# Monitor: WqHD, FreeSync -> GUTES ANGEBOT ?



## amer_der_erste (3. November 2015)

Hallo zusammen, 

Kann jemand was über den hier sagen? 
iiyama ProLite B2783QSU-B1, 27" Preisvergleich | Geizhals Ã–sterreich habe ich nicht finden können im Netz. 

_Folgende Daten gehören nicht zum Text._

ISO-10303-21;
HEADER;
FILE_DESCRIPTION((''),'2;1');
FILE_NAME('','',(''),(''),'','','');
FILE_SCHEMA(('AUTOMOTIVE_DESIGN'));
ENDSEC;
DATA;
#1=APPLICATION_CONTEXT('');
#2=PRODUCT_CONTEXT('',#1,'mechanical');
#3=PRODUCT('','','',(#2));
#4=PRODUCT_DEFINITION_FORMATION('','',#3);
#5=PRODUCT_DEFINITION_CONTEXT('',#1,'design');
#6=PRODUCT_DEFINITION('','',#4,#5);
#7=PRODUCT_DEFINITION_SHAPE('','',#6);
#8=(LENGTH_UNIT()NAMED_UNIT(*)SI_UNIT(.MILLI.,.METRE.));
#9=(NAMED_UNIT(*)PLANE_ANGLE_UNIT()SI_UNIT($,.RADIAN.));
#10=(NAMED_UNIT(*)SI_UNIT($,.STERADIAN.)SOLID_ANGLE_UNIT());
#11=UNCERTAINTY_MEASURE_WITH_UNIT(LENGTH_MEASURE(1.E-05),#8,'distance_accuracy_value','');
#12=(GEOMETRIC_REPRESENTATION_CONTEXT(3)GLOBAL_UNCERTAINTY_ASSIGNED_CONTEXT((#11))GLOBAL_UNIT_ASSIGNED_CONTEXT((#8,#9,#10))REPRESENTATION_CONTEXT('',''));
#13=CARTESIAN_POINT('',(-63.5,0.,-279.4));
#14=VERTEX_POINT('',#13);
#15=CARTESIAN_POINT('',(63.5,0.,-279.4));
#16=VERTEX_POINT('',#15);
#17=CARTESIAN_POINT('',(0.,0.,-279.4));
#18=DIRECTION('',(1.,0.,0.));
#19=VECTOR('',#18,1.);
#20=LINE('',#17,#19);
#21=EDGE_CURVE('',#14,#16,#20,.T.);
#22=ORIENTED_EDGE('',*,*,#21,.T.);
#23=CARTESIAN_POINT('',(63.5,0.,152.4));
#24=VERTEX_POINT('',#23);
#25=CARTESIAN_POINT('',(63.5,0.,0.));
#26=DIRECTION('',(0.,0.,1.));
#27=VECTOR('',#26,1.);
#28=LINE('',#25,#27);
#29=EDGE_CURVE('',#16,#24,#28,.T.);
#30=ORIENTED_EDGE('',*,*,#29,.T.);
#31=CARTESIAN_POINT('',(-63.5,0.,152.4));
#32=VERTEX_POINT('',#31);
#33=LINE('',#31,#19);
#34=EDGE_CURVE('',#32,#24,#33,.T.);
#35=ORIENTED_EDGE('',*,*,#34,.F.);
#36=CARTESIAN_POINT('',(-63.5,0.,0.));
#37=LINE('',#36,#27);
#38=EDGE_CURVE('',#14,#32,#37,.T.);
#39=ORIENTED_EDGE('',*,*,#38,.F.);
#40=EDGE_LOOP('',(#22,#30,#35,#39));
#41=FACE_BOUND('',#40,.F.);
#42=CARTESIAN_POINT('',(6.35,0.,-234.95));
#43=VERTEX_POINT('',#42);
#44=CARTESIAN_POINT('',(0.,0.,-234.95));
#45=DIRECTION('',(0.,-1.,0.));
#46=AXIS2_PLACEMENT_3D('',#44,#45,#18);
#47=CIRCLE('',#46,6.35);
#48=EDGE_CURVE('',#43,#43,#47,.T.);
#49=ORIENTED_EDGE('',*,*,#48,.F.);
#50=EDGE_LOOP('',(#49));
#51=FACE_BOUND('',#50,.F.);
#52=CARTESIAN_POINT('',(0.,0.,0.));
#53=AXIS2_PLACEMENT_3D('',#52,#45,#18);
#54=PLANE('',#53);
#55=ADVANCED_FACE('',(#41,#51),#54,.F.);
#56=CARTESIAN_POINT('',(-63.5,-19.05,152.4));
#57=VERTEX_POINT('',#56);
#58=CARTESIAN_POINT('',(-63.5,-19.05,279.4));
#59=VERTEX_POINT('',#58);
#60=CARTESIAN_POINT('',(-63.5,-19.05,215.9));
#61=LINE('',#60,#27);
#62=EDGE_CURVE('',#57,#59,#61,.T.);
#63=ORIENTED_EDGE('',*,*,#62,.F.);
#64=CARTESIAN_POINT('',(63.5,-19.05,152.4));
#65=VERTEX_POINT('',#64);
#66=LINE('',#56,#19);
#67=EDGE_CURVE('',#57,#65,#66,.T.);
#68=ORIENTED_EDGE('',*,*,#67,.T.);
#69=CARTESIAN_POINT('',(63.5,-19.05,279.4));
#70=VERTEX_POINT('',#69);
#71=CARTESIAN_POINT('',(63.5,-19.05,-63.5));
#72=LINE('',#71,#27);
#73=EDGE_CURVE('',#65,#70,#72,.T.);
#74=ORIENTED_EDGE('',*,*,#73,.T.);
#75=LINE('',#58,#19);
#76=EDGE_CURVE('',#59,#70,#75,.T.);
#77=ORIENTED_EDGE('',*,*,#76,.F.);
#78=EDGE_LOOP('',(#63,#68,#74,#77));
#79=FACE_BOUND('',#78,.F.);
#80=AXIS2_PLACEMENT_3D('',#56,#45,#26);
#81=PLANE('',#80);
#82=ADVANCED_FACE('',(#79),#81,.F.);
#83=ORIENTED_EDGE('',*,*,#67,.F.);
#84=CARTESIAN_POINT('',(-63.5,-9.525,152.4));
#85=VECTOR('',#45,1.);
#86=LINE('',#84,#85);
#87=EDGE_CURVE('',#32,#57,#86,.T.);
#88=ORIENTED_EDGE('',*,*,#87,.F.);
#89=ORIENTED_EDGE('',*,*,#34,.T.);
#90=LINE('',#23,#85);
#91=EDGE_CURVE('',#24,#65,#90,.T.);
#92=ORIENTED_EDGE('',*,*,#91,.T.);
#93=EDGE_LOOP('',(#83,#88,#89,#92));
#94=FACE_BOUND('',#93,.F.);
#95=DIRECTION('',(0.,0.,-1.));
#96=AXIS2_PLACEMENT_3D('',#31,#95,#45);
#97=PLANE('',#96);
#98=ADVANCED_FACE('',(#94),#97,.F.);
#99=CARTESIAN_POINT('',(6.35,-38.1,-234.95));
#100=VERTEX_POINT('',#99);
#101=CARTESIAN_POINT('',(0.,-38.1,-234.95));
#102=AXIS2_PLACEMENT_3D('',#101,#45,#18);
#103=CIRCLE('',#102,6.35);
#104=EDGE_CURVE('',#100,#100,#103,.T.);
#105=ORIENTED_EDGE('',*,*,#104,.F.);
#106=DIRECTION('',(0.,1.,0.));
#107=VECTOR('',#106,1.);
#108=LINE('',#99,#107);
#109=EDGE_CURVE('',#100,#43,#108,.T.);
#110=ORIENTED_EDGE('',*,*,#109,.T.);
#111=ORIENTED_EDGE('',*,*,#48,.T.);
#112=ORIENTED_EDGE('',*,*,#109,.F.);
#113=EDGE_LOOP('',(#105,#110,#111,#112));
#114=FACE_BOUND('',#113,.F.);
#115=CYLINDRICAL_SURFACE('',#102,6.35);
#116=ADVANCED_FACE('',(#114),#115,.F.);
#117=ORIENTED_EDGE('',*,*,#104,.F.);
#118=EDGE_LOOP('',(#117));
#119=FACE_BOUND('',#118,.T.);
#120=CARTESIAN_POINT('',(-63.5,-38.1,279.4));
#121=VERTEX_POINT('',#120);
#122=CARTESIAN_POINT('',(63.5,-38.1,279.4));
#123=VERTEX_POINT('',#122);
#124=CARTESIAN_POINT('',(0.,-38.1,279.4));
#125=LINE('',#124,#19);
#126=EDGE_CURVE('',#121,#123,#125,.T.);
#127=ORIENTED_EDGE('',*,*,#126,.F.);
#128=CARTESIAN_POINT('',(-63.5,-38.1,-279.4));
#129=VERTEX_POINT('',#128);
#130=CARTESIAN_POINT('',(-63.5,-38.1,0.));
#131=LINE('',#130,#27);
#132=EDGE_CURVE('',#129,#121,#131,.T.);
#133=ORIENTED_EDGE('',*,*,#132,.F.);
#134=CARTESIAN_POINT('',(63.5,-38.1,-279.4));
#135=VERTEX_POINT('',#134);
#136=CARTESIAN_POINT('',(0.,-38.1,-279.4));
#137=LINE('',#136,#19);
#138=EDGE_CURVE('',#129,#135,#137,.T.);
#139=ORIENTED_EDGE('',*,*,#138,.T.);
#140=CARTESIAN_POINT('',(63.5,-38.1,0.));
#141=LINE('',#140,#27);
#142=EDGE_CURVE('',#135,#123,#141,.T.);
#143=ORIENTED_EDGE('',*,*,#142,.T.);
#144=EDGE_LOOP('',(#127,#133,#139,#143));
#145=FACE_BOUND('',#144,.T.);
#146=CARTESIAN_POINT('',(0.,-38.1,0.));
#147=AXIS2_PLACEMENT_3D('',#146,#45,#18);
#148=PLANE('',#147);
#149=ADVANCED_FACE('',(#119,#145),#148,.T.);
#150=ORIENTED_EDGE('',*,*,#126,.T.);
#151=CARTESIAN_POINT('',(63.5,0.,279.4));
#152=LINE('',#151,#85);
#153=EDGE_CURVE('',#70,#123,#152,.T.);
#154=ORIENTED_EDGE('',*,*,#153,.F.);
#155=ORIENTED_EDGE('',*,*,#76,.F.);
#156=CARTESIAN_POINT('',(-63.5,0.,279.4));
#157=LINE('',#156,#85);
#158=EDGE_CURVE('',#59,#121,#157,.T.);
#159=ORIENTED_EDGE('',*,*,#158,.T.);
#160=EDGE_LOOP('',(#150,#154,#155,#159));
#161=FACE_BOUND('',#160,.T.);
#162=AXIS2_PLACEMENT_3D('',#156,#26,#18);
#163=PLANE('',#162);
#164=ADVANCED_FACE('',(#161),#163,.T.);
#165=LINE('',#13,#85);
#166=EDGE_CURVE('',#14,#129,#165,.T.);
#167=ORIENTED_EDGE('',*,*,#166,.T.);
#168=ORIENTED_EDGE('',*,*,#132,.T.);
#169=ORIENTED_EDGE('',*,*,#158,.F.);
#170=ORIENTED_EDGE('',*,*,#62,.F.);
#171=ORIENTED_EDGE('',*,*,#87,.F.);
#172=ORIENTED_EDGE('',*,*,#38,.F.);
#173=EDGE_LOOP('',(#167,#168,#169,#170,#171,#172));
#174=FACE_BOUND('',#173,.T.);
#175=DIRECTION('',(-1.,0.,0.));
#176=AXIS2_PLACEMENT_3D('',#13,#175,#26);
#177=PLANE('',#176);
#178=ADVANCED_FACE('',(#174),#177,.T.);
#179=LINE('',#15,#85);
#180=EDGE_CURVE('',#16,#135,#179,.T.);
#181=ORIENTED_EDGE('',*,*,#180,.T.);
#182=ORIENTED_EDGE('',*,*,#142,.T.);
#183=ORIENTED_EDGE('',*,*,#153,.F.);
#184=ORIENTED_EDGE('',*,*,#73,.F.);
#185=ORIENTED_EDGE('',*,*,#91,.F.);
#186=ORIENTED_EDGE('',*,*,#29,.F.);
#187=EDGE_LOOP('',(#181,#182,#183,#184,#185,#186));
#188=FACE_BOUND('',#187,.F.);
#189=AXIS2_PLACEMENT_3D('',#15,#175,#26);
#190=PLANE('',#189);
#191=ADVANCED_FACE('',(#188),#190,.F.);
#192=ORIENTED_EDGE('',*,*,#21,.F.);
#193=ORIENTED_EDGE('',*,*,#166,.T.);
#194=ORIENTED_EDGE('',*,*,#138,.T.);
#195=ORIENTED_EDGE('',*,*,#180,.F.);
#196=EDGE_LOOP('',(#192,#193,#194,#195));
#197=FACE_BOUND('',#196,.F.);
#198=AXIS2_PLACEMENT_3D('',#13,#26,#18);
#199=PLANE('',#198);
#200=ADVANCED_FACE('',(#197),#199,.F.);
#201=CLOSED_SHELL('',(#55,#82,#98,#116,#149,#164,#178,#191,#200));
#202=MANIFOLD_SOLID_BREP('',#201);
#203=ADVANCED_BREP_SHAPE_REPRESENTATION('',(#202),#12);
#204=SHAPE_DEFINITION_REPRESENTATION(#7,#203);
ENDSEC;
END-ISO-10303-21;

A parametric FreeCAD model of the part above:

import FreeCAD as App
import Part
import Sketcher
Q = App.Units.Quantity


def add_polygon(sketch, points):
    """Adds a closed chain of lines whose ends are joined by coincident constraints."""
    first, n = sketch.GeometryCount, len(points)
    for a, b in zip(points, points[1:] + points[:1]):
        sketch.addGeometry(Part.LineSegment(App.Vector(*a, 0), App.Vector(*b, 0)), False)
    for i in range(n):
        sketch.addConstraint(Sketcher.Constraint("Coincident", first + i, 2, first + (i + 1) % n, 1))

doc = App.newDocument("Part")
params = doc.addObject("Spreadsheet::Sheet", "Params")
for row, (alias, value) in enumerate([
    ("sketch1_width", "5 in"),
    ("sketch1_height", "22 in"),
    ("pad1_length", "1.5 in"),
    ("sketch2_height", "5 in"),
    ("sketch2_width", "0.75 in"),
    ("pocket1_length", "6 in"),
    ("sketch3_diameter", "0.5 in"),
], start=1):
    params.set(f"A{row}", alias)
    params.set(f"B{row}", "=" + value)
    params.setAlias(f"B{row}", alias)

body = doc.addObject("PartDesign::Body", "Body")

# Sketch on XZ plane
sketch1 = body.newObject("Sketcher::SketchObject", "Sketch")
sketch1.AttachmentSupport = (doc.getObject("XZ_Plane"), [""])
sketch1.MapMode = "FlatFace"
add_polygon(sketch1, [(-64, 279), (-64, -279), (64, -279), (64, 279)])  # lines 0-3
sketch1.addConstraint(Sketcher.Constraint("Vertical", 0))
sketch1.addConstraint(Sketcher.Constraint("Horizontal", 1))
sketch1.addConstraint(Sketcher.Constraint("Vertical", 2))
sketch1.addConstraint(Sketcher.Constraint("Horizontal", 3))
sketch1.addConstraint(Sketcher.Constraint("Symmetric", 0, 2, 2, 2, -1, 1))
sketch1.addConstraint(Sketcher.Constraint("DistanceX", 1, 1, 1, 2, Q("5 in")))
sketch1.addConstraint(Sketcher.Constraint("DistanceY", 0, 2, 0, 1, Q("22 in")))
sketch1.setExpression("Constraints[9]", "Params.sketch1_width")
sketch1.setExpression("Constraints[10]", "Params.sketch1_height")
pad1 = body.newObject("PartDesign::Pad", "Pad")
pad1.Profile = sketch1
pad1.setExpression("Length", "Params.pad1_length")

# Sketch on YZ plane
sketch2 = body.newObject("Sketcher::SketchObject", "Sketch001")
sketch2.AttachmentSupport = (doc.getObject("YZ_Plane"), [""])
sketch2.MapMode = "FlatFace"
sketch2.AttachmentOffset = App.Placement(App.Vector(0, 0, -2.5 * 25.4), App.Rotation())
add_polygon(sketch2, [(0, 279), (0, 152), (-19, 152), (-19, 279)])  # lines 0-3
sketch2.addConstraint(Sketcher.Constraint("Vertical", 0))
sketch2.addConstraint(Sketcher.Constraint("Horizontal", 1))
sketch2.addConstraint(Sketcher.Constraint("Vertical", 2))
sketch2.addConstraint(Sketcher.Constraint("Horizontal", 3))
sketch2.addConstraint(Sketcher.Constraint("PointOnObject", 0, 2, -2))
sketch2.addConstraint(Sketcher.Constraint("DistanceY", 0, 2, 0, 1, Q("5 in")))
sketch2.addConstraint(Sketcher.Constraint("DistanceY", -1, 1, 0, 2, Q("6 in")))
sketch2.addConstraint(Sketcher.Constraint("DistanceX", 1, 2, 1, 1, Q("0.75 in")))
sketch2.setExpression("Constraints[9]", "Params.sketch2_height")
sketch2.setExpression("Constraints[11]", "Params.sketch2_width")
pocket1 = body.newObject("PartDesign::Pocket", "Pocket")
pocket1.Profile = sketch2
pocket1.setExpression("Length", "Params.pocket1_length")
pocket1.Reversed = True

# Sketch on XZ plane
sketch3 = body.newObject("Sketcher::SketchObject", "Sketch002")
sketch3.AttachmentSupport = (doc.getObject("XZ_Plane"), [""])
sketch3.MapMode = "FlatFace"
sketch3.AttachmentOffset = App.Placement(App.Vector(0, 0, 1.5 * 25.4), App.Rotation())
sketch3.addGeometry(Part.Circle(App.Vector(0, -235, 0), App.Vector(0, 0, 1), 6), False)
sketch3.addConstraint(Sketcher.Constraint("PointOnObject", 0, 3, -2))
sketch3.addConstraint(Sketcher.Constraint("Diameter", 0, Q("0.5 in")))
sketch3.addConstraint(Sketcher.Constraint("DistanceY", 0, 3, -1, 1, Q("9.25 in")))
sketch3.setExpression("Constraints[1]", "Params.sketch3_diameter")
pocket2 = body.newObject("PartDesign::Pocket", "Pocket001")
pocket2.Profile = sketch3
pocket2.Type = "ThroughAll"

doc.recompute()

WqHD, FreeSync und 27" um ca. 350 Euro sind ein Hammer Preis. 
Was meint ihr?


----------



## JoM79 (3. November 2015)

*AW: iiyama B2783QSU-B1*

Guck mal hier Iiyama B2783QSU: Review
Und du meinst Freesync.


----------



## amer_der_erste (3. November 2015)

*AW: iiyama B2783QSU-B1*

Oje, ich warte lieber auf einen Deutschen Test  

Was meinst du persönlich zum Monitor? 
Du bist doch der Monitor - Guru hier im Forum


----------



## JoM79 (3. November 2015)

*AW: iiyama B2783QSU-B1*

Scheint ganz OK zu sein.
Freesync wird aber nur von 50-70Hz unterstützt, was mir viel zu wenig wäre.


----------



## amer_der_erste (3. November 2015)

*AW: iiyama B2783QSU-B1*

Nur? 
Was wäre akzeptabel? 
30-90Hz?


----------



## JoM79 (3. November 2015)

*AW: iiyama B2783QSU-B1*

Ich meine der kann max 75Hz, also 30-75Hz.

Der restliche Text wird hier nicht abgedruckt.